### WORK REQUIRED
Give back every entry, copied exactly.

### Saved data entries
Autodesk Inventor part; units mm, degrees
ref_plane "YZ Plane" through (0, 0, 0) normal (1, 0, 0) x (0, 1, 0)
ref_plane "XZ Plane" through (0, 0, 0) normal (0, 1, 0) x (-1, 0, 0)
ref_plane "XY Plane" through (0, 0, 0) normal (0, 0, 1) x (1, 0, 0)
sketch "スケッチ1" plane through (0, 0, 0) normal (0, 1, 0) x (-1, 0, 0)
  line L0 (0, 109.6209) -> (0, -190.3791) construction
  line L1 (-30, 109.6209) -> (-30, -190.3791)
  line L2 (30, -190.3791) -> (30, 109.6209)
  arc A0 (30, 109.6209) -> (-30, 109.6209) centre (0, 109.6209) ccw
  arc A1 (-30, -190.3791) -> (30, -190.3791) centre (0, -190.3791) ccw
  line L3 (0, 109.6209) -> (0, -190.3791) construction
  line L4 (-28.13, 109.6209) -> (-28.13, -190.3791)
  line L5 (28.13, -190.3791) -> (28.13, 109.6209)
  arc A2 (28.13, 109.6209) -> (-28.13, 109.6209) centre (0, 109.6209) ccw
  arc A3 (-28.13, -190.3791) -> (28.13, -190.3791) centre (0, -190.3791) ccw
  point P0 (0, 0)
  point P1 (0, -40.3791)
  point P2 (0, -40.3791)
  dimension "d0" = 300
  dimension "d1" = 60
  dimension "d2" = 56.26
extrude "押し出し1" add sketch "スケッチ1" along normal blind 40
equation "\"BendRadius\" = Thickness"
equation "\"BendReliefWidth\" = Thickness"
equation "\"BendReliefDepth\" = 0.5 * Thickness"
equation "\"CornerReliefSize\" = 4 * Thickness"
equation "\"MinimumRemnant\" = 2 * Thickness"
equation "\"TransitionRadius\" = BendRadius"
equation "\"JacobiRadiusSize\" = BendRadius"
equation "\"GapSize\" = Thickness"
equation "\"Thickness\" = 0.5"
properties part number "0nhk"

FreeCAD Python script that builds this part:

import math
import FreeCAD as App
import Part
import Sketcher
from FreeCAD import Vector

doc = App.newDocument("Part")
params = doc.addObject("Spreadsheet::Sheet", "Params")
for row, (alias, value) in enumerate([
    ("sketch1_radius", "30 mm"),
    ("sketch1_height", "300 mm"),
    ("sketch1_radius2", "28.13 mm"),
    ("pad1_length", "40 mm"),
], start=1):
    params.set(f"A{row}", alias)
    params.set(f"B{row}", "=" + value)
    params.setAlias(f"B{row}", alias)

body = doc.addObject("PartDesign::Body", "Body")

# Sketch on XZ plane
sketch1 = body.newObject("Sketcher::SketchObject", "Sketch")
sketch1.AttachmentSupport = (doc.getObject("XZ_Plane"), [""])
sketch1.MapMode = "FlatFace"
sketch1.addGeometry([
    Part.ArcOfCircle(Part.Circle(Vector(0, 110, 0), Vector(0, 0, 1), 30), math.radians(0), math.radians(180)),  # 0
    Part.LineSegment(Vector(30, 110, 0), Vector(30, -190, 0)),  # 1
    Part.ArcOfCircle(Part.Circle(Vector(0, -190, 0), Vector(0, 0, 1), 30), math.radians(180), math.radians(360)),  # 2
    Part.LineSegment(Vector(-30, -190, 0), Vector(-30, 110, 0)),  # 3
    Part.LineSegment(Vector(28, -190, 0), Vector(28, 110, 0)),  # 4
    Part.ArcOfCircle(Part.Circle(Vector(0, 110, 0), Vector(0, 0, 1), 28), math.radians(0), math.radians(180)),  # 5
    Part.LineSegment(Vector(-28, 110, 0), Vector(-28, -190, 0)),  # 6
    Part.ArcOfCircle(Part.Circle(Vector(0, -190, 0), Vector(0, 0, 1), 28), math.radians(180), math.radians(360)),  # 7
], False)
sketch1.addConstraint([
    Sketcher.Constraint("Tangent", 0, 1, 1, 1),
    Sketcher.Constraint("Tangent", 1, 2, 2, 2),
    Sketcher.Constraint("Tangent", 2, 1, 3, 1),
    Sketcher.Constraint("Tangent", 3, 2, 0, 2),
    Sketcher.Constraint("Tangent", 4, 2, 5, 1),
    Sketcher.Constraint("Tangent", 5, 2, 6, 1),
    Sketcher.Constraint("Tangent", 6, 2, 7, 1),
    Sketcher.Constraint("Tangent", 7, 2, 4, 1),
    Sketcher.Constraint("Vertical", 1),
    Sketcher.Constraint("Vertical", 3),
    Sketcher.Constraint("Vertical", 4),
    Sketcher.Constraint("Vertical", 6),
    Sketcher.Constraint("Coincident", 5, 3, 0, 3),
    Sketcher.Constraint("PointOnObject", 0, 3, -2),
    Sketcher.Constraint("Horizontal", 7, 3, 1, 2),
    Sketcher.Constraint("Radius", 0, 30.0),
    Sketcher.Constraint("DistanceY", 1, 2, 1, 1, 300.0),
    Sketcher.Constraint("Radius", 5, 28.13),
    Sketcher.Constraint("DistanceY", -1, 1, 0, 3, 109.621),
])
sketch1.setExpression("Constraints[15]", "Params.sketch1_radius")
sketch1.setExpression("Constraints[16]", "Params.sketch1_height")
sketch1.setExpression("Constraints[17]", "Params.sketch1_radius2")
pad1 = body.newObject("PartDesign::Pad", "Pad")
pad1.Profile = sketch1
pad1.setExpression("Length", "Params.pad1_length")
pad1.Reversed = True

doc.recompute()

### REPLY
Autodesk Inventor part; units mm, degrees
ref_plane "YZ Plane" through (0, 0, 0) normal (1, 0, 0) x (0, 1, 0)
ref_plane "XZ Plane" through (0, 0, 0) normal (0, 1, 0) x (-1, 0, 0)
ref_plane "XY Plane" through (0, 0, 0) normal (0, 0, 1) x (1, 0, 0)
sketch "スケッチ1" plane through (0, 0, 0) normal (0, 1, 0) x (-1, 0, 0)
  line L0 (0, 109.6209) -> (0, -190.3791) construction
  line L1 (-30, 109.6209) -> (-30, -190.3791)
  line L2 (30, -190.3791) -> (30, 109.6209)
  arc A0 (30, 109.6209) -> (-30, 109.6209) centre (0, 109.6209) ccw
  arc A1 (-30, -190.3791) -> (30, -190.3791) centre (0, -190.3791) ccw
  line L3 (0, 109.6209) -> (0, -190.3791) construction
  line L4 (-28.13, 109.6209) -> (-28.13, -190.3791)
  line L5 (28.13, -190.3791) -> (28.13, 109.6209)
  arc A2 (28.13, 109.6209) -> (-28.13, 109.6209) centre (0, 109.6209) ccw
  arc A3 (-28.13, -190.3791) -> (28.13, -190.3791) centre (0, -190.3791) ccw
  point P0 (0, 0)
  point P1 (0, -40.3791)
  point P2 (0, -40.3791)
  dimension "d0" = 300
  dimension "d1" = 60
  dimension "d2" = 56.26
extrude "押し出し1" add sketch "スケッチ1" along normal blind 40
equation "\"BendRadius\" = Thickness"
equation "\"BendReliefWidth\" = Thickness"
equation "\"BendReliefDepth\" = 0.5 * Thickness"
equation "\"CornerReliefSize\" = 4 * Thickness"
equation "\"MinimumRemnant\" = 2 * Thickness"
equation "\"TransitionRadius\" = BendRadius"
equation "\"JacobiRadiusSize\" = BendRadius"
equation "\"GapSize\" = Thickness"
equation "\"Thickness\" = 0.5"
properties part number "0nhk"

FreeCAD Python script that builds this part:

import math
import FreeCAD as App
import Part
import Sketcher
from FreeCAD import Vector

doc = App.newDocument("Part")
params = doc.addObject("Spreadsheet::Sheet", "Params")
for row, (alias, value) in enumerate([
    ("sketch1_radius", "30 mm"),
    ("sketch1_height", "300 mm"),
    ("sketch1_radius2", "28.13 mm"),
    ("pad1_length", "40 mm"),
], start=1):
    params.set(f"A{row}", alias)
    params.set(f"B{row}", "=" + value)
    params.setAlias(f"B{row}", alias)

body = doc.addObject("PartDesign::Body", "Body")

# Sketch on XZ plane
sketch1 = body.newObject("Sketcher::SketchObject", "Sketch")
sketch1.AttachmentSupport = (doc.getObject("XZ_Plane"), [""])
sketch1.MapMode = "FlatFace"
sketch1.addGeometry([
    Part.ArcOfCircle(Part.Circle(Vector(0, 110, 0), Vector(0, 0, 1), 30), math.radians(0), math.radians(180)),  # 0
    Part.LineSegment(Vector(30, 110, 0), Vector(30, -190, 0)),  # 1
    Part.ArcOfCircle(Part.Circle(Vector(0, -190, 0), Vector(0, 0, 1), 30), math.radians(180), math.radians(360)),  # 2
    Part.LineSegment(Vector(-30, -190, 0), Vector(-30, 110, 0)),  # 3
    Part.LineSegment(Vector(28, -190, 0), Vector(28, 110, 0)),  # 4
    Part.ArcOfCircle(Part.Circle(Vector(0, 110, 0), Vector(0, 0, 1), 28), math.radians(0), math.radians(180)),  # 5
    Part.LineSegment(Vector(-28, 110, 0), Vector(-28, -190, 0)),  # 6
    Part.ArcOfCircle(Part.Circle(Vector(0, -190, 0), Vector(0, 0, 1), 28), math.radians(180), math.radians(360)),  # 7
], False)
sketch1.addConstraint([
    Sketcher.Constraint("Tangent", 0, 1, 1, 1),
    Sketcher.Constraint("Tangent", 1, 2, 2, 2),
    Sketcher.Constraint("Tangent", 2, 1, 3, 1),
    Sketcher.Constraint("Tangent", 3, 2, 0, 2),
    Sketcher.Constraint("Tangent", 4, 2, 5, 1),
    Sketcher.Constraint("Tangent", 5, 2, 6, 1),
    Sketcher.Constraint("Tangent", 6, 2, 7, 1),
    Sketcher.Constraint("Tangent", 7, 2, 4, 1),
    Sketcher.Constraint("Vertical", 1),
    Sketcher.Constraint("Vertical", 3),
    Sketcher.Constraint("Vertical", 4),
    Sketcher.Constraint("Vertical", 6),
    Sketcher.Constraint("Coincident", 5, 3, 0, 3),
    Sketcher.Constraint("PointOnObject", 0, 3, -2),
    Sketcher.Constraint("Horizontal", 7, 3, 1, 2),
    Sketcher.Constraint("Radius", 0, 30.0),
    Sketcher.Constraint("DistanceY", 1, 2, 1, 1, 300.0),
    Sketcher.Constraint("Radius", 5, 28.13),
    Sketcher.Constraint("DistanceY", -1, 1, 0, 3, 109.621),
])
sketch1.setExpression("Constraints[15]", "Params.sketch1_radius")
sketch1.setExpression("Constraints[16]", "Params.sketch1_height")
sketch1.setExpression("Constraints[17]", "Params.sketch1_radius2")
pad1 = body.newObject("PartDesign::Pad", "Pad")
pad1.Profile = sketch1
pad1.setExpression("Length", "Params.pad1_length")
pad1.Reversed = True

doc.recompute()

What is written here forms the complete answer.